Background: Surveillance is an essential component of global programs to eliminate infectious diseases, with surveillance systems often being considered the first line in averting epidemics for (re-)emerging diseases. As the numbers of cases decline, costs of treatment and control diminish, but those for surveillance remain high even after the ‘last’ case. Economies made by reducing surveillance risk missing persistent or (re-)emerging foci of disease, therefore it is vital that surveillance networks are adequately designed; however, guidance on how best to optimise disease surveillance in an elimination setting is lacking. Here, we use a simulation-based approach to determine the minimal number of passive surveillance sites required to ensure maximum coverage of the population at-risk (PAR) of an infectious disease.
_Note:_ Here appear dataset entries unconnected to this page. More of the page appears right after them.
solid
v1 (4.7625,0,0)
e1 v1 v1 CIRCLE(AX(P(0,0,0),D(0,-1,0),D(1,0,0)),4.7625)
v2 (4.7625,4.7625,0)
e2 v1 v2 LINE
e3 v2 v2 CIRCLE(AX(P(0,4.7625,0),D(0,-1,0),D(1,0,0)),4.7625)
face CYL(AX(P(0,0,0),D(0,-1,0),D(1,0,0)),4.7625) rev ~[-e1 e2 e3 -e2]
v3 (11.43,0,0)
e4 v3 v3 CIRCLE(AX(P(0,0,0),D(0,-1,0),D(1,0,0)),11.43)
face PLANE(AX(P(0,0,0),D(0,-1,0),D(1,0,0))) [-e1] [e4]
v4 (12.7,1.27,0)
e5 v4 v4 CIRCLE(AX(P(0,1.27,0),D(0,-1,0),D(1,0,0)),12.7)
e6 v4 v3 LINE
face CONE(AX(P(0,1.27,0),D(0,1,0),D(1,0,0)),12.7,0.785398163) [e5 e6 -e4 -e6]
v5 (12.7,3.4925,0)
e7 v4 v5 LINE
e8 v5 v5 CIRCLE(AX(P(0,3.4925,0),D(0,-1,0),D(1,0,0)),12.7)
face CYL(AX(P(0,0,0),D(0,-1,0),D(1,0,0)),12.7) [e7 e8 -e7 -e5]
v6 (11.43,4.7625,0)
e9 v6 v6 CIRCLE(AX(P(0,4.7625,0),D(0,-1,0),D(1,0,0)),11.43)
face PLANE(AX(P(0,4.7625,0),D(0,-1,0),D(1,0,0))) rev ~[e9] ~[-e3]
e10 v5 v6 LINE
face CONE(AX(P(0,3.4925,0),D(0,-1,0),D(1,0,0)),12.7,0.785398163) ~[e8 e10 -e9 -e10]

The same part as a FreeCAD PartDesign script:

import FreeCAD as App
import Part
import Sketcher

V = App.Vector
Q = App.Units.Quantity


def edges_at(feature, points):
    """Names of the edges that pass closest to the given points."""
    edges = feature.Shape.Edges
    near = lambda p: min(range(len(edges)), key=lambda i: edges[i].distToShape(Part.Vertex(*p))[0])
    return sorted({f"Edge{near(p) + 1}" for p in points})

doc = App.newDocument("Part")
body = doc.addObject("PartDesign::Body", "Body")

# Sketch on XZ plane
sketch1 = doc.addObject("Sketcher::SketchObject", "Sketch")
body.addObject(sketch1)
sketch1.AttachmentSupport = (doc.XZ_Plane, [""])
sketch1.MapMode = "FlatFace"
sketch1.addGeometry([
    Part.Circle(V(0, 0, 0), V(0, 0, 1), 12.7),
    Part.Circle(V(0, 0, 0), V(0, 0, 1), 4.8),
], False)
sketch1.addConstraint([
    Sketcher.Constraint("Coincident", 0, 3, -1, 1),
    Sketcher.Constraint("Coincident", 1, 3, -1, 1),
    Sketcher.Constraint("Diameter", 0, Q("1 in")),
    Sketcher.Constraint("Diameter", 1, Q("0.375 in")),
])
pad1 = doc.addObject("PartDesign::Pad", "Pad")
body.addObject(pad1)
pad1.Profile = sketch1
pad1.Length = Q("0.1875 in")
pad1.Reversed = True
doc.recompute()

chamfer = doc.addObject("PartDesign::Chamfer", "Chamfer")
body.addObject(chamfer)
chamfer.Base = (pad1, edges_at(pad1, [(-12.7, 0, 0), (-12.7, 4.763, 0)]))
chamfer.Size = Q("0.05 in")

doc.recompute()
Methodology and Principal Findings: For this study, we use Gambian human African trypanosomiasis (g-HAT) in north-western Uganda, a neglected tropical disease (NTD) which has been reduced to historically low levels (<1000 cases/year), as an example application. To quantify travel time to diagnostic facilities, a proxy for surveillance coverage, we produced a high spatial-resolution friction surface and performed cost-distance analyses. We simulated travel time for the PAR with different numbers (n = 1...170) and locations (170,000 total placement combinations) of diagnostic facilities, quantifying the percentage of the PAR within 1h and 5h travel of the facilities, as per in-country targets. Our simulations indicate that a minimum of 54 diagnostic centres are required to meet provisional targets, and we determine where best to place these facilities, enabling a minimal impact scale back from 170 facilities operational in 2017. Scaling back operational facilities ensures that costs can be reduced without impairing surveillance of the core areas with remaining cases.
Conclusions: Our results highlight that surveillance of g-HAT in north-western Uganda can be scaled back without reducing coverage of the PAR. The methodology described can contribute to cost-effective strategies for the surveillance of NTDs and other infectious diseases approaching elimination or applied to (re-)emerging diseases for which the design of a novel surveillance network is required.